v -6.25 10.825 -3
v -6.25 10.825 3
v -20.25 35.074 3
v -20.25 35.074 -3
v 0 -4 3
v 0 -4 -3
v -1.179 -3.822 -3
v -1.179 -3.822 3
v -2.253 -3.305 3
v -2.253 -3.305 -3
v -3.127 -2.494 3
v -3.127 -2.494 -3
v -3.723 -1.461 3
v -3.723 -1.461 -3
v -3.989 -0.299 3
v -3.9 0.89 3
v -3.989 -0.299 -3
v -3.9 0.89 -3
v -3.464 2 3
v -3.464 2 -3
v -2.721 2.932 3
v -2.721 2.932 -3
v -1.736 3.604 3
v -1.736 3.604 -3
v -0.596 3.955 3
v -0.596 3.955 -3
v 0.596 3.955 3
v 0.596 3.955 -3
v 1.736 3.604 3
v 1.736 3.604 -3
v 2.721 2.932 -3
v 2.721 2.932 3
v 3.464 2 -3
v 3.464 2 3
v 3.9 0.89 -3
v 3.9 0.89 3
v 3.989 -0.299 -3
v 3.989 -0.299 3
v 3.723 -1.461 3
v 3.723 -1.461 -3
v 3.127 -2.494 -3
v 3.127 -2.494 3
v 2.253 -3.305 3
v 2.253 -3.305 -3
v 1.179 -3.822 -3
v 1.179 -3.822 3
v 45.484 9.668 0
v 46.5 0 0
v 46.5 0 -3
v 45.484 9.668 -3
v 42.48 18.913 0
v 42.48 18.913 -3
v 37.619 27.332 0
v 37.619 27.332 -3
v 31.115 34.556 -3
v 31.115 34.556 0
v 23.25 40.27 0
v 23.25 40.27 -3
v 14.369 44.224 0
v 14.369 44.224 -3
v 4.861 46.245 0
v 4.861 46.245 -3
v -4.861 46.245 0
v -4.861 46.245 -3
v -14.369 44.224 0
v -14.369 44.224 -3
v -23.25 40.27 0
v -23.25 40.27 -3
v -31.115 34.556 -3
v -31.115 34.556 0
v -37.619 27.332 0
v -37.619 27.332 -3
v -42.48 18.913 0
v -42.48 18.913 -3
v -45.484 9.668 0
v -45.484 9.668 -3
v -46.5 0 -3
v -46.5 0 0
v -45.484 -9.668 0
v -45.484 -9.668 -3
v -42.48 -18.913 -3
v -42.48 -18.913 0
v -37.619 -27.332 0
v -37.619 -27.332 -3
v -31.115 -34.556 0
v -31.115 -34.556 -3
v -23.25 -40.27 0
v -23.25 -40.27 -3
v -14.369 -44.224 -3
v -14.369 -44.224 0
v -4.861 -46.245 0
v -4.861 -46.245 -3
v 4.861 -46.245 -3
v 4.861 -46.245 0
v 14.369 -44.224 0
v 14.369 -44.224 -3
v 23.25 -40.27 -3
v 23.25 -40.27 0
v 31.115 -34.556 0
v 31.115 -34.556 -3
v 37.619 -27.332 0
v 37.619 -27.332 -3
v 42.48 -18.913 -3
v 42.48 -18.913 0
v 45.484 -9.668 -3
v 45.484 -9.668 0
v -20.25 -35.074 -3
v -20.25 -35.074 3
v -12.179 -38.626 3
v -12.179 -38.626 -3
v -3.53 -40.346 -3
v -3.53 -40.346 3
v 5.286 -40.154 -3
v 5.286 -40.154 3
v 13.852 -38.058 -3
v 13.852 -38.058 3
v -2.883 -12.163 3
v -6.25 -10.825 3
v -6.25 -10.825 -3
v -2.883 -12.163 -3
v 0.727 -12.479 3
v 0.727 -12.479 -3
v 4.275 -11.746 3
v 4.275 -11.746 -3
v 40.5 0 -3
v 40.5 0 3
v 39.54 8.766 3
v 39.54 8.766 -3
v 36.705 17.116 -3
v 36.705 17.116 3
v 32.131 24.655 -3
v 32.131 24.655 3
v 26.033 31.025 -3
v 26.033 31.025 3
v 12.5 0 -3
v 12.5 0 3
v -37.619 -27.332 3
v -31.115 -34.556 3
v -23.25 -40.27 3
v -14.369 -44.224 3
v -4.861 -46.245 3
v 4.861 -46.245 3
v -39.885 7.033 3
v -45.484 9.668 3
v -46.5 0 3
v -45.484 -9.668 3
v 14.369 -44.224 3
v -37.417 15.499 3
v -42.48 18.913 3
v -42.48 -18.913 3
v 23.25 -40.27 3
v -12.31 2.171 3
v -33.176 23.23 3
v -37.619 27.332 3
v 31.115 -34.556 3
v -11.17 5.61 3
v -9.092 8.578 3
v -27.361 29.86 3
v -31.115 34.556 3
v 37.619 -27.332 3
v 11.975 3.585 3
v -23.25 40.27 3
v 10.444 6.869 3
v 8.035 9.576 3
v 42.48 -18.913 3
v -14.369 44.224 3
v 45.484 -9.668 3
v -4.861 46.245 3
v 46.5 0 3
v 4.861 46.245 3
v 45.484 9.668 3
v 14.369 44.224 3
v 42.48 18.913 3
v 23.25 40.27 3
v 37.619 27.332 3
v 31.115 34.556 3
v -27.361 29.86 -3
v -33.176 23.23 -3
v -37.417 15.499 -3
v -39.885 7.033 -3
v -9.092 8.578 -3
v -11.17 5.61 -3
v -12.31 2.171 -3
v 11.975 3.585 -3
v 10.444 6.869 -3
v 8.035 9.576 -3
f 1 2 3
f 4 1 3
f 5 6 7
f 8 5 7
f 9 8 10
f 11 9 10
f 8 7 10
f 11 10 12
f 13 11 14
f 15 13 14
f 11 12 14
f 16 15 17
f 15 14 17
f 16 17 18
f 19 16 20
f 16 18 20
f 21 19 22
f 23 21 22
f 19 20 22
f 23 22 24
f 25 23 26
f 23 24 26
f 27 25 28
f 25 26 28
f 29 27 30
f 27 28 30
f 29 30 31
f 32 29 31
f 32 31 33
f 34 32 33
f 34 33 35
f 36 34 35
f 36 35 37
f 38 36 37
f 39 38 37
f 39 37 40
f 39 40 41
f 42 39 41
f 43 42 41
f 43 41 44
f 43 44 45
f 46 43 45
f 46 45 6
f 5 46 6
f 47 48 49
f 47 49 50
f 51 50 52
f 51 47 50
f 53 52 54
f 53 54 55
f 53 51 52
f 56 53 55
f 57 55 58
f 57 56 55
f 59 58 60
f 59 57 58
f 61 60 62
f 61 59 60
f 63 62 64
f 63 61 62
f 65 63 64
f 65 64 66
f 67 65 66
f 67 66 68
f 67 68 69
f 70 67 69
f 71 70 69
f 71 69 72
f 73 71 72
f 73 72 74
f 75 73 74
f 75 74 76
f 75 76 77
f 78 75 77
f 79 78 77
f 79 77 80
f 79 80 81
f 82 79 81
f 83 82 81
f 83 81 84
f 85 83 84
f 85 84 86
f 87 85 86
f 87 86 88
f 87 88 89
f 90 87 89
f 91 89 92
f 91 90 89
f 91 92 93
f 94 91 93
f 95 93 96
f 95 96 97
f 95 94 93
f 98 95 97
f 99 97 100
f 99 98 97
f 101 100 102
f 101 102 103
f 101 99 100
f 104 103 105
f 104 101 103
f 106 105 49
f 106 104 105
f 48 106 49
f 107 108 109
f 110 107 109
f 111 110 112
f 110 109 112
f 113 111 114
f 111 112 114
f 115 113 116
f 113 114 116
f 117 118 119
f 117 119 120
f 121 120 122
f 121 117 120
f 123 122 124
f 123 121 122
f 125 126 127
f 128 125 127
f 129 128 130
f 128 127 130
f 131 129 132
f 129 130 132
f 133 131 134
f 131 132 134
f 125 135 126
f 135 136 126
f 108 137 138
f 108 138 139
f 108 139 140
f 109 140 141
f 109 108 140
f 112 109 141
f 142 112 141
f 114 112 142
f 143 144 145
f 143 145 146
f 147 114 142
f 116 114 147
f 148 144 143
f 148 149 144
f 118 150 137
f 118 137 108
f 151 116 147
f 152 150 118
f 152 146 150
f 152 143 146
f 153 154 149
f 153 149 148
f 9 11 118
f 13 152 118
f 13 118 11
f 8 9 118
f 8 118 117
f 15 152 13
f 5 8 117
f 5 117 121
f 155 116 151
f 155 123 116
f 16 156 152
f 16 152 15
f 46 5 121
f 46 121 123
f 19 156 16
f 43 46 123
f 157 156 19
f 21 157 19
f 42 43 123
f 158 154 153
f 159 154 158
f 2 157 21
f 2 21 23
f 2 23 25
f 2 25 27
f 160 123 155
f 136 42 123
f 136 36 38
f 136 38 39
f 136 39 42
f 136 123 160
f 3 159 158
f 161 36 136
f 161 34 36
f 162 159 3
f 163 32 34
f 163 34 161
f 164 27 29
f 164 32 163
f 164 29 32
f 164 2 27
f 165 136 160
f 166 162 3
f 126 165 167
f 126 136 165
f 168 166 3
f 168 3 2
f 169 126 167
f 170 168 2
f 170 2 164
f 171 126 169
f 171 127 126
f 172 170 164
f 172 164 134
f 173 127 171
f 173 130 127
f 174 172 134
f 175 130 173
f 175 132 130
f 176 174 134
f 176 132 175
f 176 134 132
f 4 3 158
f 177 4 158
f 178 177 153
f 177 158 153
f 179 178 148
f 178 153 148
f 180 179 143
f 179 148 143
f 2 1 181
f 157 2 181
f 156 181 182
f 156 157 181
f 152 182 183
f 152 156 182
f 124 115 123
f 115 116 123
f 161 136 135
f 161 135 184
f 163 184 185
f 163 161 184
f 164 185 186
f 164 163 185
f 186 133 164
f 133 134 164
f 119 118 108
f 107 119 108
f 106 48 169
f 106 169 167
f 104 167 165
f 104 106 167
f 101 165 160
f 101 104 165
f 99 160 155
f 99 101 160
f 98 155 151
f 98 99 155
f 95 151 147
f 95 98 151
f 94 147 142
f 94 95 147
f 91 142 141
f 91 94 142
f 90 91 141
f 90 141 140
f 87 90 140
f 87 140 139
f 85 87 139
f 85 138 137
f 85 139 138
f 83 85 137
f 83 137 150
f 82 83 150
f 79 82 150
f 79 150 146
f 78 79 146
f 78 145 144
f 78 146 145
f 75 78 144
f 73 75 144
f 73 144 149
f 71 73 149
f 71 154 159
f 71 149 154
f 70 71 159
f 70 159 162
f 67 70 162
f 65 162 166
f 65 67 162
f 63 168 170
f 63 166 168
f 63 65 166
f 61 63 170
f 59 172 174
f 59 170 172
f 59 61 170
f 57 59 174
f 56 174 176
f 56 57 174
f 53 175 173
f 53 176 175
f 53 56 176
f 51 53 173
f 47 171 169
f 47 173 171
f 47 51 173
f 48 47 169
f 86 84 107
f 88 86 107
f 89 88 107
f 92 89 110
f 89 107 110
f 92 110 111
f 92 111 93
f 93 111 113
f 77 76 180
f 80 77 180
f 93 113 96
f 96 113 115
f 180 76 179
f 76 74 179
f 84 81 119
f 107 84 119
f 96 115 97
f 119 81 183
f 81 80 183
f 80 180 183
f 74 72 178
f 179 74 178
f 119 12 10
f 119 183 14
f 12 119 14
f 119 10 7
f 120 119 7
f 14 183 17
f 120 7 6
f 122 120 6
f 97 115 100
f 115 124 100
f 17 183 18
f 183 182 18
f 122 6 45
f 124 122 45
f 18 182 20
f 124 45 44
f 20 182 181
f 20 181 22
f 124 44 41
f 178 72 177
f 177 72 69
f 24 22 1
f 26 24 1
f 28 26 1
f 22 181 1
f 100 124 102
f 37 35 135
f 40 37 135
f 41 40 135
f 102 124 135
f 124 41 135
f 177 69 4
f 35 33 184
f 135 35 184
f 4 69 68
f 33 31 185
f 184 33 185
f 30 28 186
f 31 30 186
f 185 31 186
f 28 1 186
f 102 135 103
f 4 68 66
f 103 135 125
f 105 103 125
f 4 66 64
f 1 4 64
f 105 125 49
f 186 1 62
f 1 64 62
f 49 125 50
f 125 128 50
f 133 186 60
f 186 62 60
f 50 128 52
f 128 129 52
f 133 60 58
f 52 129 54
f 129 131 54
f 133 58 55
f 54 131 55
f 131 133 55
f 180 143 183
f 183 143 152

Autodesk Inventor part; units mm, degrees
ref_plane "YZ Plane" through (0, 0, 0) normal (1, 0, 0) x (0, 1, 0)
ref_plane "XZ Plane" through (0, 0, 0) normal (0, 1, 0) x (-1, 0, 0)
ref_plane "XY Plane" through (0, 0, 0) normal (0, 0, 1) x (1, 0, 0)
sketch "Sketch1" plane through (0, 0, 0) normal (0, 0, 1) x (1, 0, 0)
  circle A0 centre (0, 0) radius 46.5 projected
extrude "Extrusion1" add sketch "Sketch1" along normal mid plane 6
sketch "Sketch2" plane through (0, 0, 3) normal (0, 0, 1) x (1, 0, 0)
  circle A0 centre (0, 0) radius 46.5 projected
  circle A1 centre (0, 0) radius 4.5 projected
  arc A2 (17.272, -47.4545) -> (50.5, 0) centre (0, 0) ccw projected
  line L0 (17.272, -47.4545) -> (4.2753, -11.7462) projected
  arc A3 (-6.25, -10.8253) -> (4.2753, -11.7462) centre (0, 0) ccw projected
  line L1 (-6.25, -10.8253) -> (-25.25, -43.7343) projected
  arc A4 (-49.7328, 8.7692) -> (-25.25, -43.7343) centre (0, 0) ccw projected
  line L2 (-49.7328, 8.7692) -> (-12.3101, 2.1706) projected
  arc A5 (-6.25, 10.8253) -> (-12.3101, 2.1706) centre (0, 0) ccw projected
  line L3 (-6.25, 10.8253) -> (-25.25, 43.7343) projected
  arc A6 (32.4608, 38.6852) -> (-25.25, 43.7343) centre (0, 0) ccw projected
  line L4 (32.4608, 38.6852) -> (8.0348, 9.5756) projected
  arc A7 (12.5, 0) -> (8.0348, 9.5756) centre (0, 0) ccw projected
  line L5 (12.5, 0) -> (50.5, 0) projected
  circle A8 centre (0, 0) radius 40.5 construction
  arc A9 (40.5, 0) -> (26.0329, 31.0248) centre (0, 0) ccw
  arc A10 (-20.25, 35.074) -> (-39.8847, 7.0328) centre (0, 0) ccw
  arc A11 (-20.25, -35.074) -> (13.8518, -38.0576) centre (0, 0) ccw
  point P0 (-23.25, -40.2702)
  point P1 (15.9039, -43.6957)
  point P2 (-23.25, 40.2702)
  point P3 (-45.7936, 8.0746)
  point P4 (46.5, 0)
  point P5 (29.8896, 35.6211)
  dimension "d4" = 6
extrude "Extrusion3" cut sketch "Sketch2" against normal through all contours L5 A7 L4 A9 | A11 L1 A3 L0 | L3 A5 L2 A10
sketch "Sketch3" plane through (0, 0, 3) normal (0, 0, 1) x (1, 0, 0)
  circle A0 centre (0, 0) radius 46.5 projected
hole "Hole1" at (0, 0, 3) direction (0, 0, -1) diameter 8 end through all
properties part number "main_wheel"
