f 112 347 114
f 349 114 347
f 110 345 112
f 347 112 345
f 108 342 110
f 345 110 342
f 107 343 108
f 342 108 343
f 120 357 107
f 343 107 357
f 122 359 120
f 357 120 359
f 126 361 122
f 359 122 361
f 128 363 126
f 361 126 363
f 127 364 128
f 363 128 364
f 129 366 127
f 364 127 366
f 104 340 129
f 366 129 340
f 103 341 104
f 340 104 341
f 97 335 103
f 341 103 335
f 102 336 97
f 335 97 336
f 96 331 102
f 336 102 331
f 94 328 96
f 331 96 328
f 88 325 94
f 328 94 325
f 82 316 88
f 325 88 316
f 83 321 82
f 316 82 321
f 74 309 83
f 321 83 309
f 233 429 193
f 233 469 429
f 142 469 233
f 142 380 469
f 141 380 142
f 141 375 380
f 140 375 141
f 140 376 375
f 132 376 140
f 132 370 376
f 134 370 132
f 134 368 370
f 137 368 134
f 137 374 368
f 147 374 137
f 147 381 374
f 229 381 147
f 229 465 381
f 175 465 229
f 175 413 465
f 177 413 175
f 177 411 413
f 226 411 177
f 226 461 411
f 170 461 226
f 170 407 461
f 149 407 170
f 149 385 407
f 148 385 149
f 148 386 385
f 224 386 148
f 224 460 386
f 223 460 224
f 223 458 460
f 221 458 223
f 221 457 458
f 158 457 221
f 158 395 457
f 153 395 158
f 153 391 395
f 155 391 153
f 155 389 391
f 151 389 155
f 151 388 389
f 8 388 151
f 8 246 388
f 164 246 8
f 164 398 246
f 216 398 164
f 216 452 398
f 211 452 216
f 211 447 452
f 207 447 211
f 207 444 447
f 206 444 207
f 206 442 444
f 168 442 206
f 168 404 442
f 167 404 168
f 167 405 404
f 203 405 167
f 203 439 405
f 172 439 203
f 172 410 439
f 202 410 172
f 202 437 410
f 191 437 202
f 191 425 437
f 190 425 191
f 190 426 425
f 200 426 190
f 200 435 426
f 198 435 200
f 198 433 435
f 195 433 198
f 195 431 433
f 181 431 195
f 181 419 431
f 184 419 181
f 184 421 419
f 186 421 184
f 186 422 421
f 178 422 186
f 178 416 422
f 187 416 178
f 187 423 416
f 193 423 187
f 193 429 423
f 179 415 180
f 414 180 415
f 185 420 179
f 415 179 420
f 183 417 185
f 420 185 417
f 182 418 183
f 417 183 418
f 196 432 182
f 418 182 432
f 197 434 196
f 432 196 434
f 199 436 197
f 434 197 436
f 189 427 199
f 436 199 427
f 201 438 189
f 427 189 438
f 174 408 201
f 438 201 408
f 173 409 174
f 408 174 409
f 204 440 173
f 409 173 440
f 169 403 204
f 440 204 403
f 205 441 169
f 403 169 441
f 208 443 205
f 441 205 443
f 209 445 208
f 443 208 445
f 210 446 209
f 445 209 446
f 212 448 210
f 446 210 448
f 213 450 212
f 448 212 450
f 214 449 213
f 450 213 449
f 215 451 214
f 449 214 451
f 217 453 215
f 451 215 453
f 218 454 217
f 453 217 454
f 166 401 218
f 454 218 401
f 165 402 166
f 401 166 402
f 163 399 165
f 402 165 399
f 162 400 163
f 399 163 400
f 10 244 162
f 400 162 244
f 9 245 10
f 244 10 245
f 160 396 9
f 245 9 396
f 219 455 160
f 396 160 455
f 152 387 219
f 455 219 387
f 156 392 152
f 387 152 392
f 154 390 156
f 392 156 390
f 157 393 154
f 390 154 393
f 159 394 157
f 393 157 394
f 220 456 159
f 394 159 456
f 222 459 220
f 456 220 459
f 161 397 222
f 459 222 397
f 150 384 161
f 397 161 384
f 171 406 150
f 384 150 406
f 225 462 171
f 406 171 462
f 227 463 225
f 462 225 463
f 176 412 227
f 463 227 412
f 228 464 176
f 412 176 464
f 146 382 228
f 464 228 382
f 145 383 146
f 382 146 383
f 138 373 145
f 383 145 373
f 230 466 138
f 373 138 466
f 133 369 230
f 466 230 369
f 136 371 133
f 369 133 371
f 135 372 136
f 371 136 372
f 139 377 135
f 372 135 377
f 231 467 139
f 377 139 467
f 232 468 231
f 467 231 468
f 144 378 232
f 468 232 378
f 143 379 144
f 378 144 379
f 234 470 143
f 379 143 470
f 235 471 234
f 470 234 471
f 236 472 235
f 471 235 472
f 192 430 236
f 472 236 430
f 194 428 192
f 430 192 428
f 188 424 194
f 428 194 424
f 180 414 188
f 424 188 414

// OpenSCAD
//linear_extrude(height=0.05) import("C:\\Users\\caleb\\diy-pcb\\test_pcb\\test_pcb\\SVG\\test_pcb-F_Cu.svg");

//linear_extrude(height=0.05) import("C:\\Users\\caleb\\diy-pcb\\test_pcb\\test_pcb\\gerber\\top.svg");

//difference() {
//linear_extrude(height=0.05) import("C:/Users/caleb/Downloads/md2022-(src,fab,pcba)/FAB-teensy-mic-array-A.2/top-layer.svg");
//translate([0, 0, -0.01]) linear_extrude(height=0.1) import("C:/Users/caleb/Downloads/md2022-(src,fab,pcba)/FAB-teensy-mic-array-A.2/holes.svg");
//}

REQUIREMENT.
Within the material above, output exactly the lines from the one with "f 19 156 16" through the one with "f 176 174 134", end lines included, and nothing besides.

ANSWER SECTION.
f 19 156 16
f 43 46 123
f 157 156 19
f 21 157 19
f 42 43 123
f 158 154 153
f 159 154 158
f 2 157 21
f 2 21 23
f 2 23 25
f 2 25 27
f 160 123 155
f 136 42 123
f 136 36 38
f 136 38 39
f 136 39 42
f 136 123 160
f 3 159 158
f 161 36 136
f 161 34 36
f 162 159 3
f 163 32 34
f 163 34 161
f 164 27 29
f 164 32 163
f 164 29 32
f 164 2 27
f 165 136 160
f 166 162 3
f 126 165 167
f 126 136 165
f 168 166 3
f 168 3 2
f 169 126 167
f 170 168 2
f 170 2 164
f 171 126 169
f 171 127 126
f 172 170 164
f 172 164 134
f 173 127 171
f 173 130 127
f 174 172 134
f 175 130 173
f 175 132 130
f 176 174 134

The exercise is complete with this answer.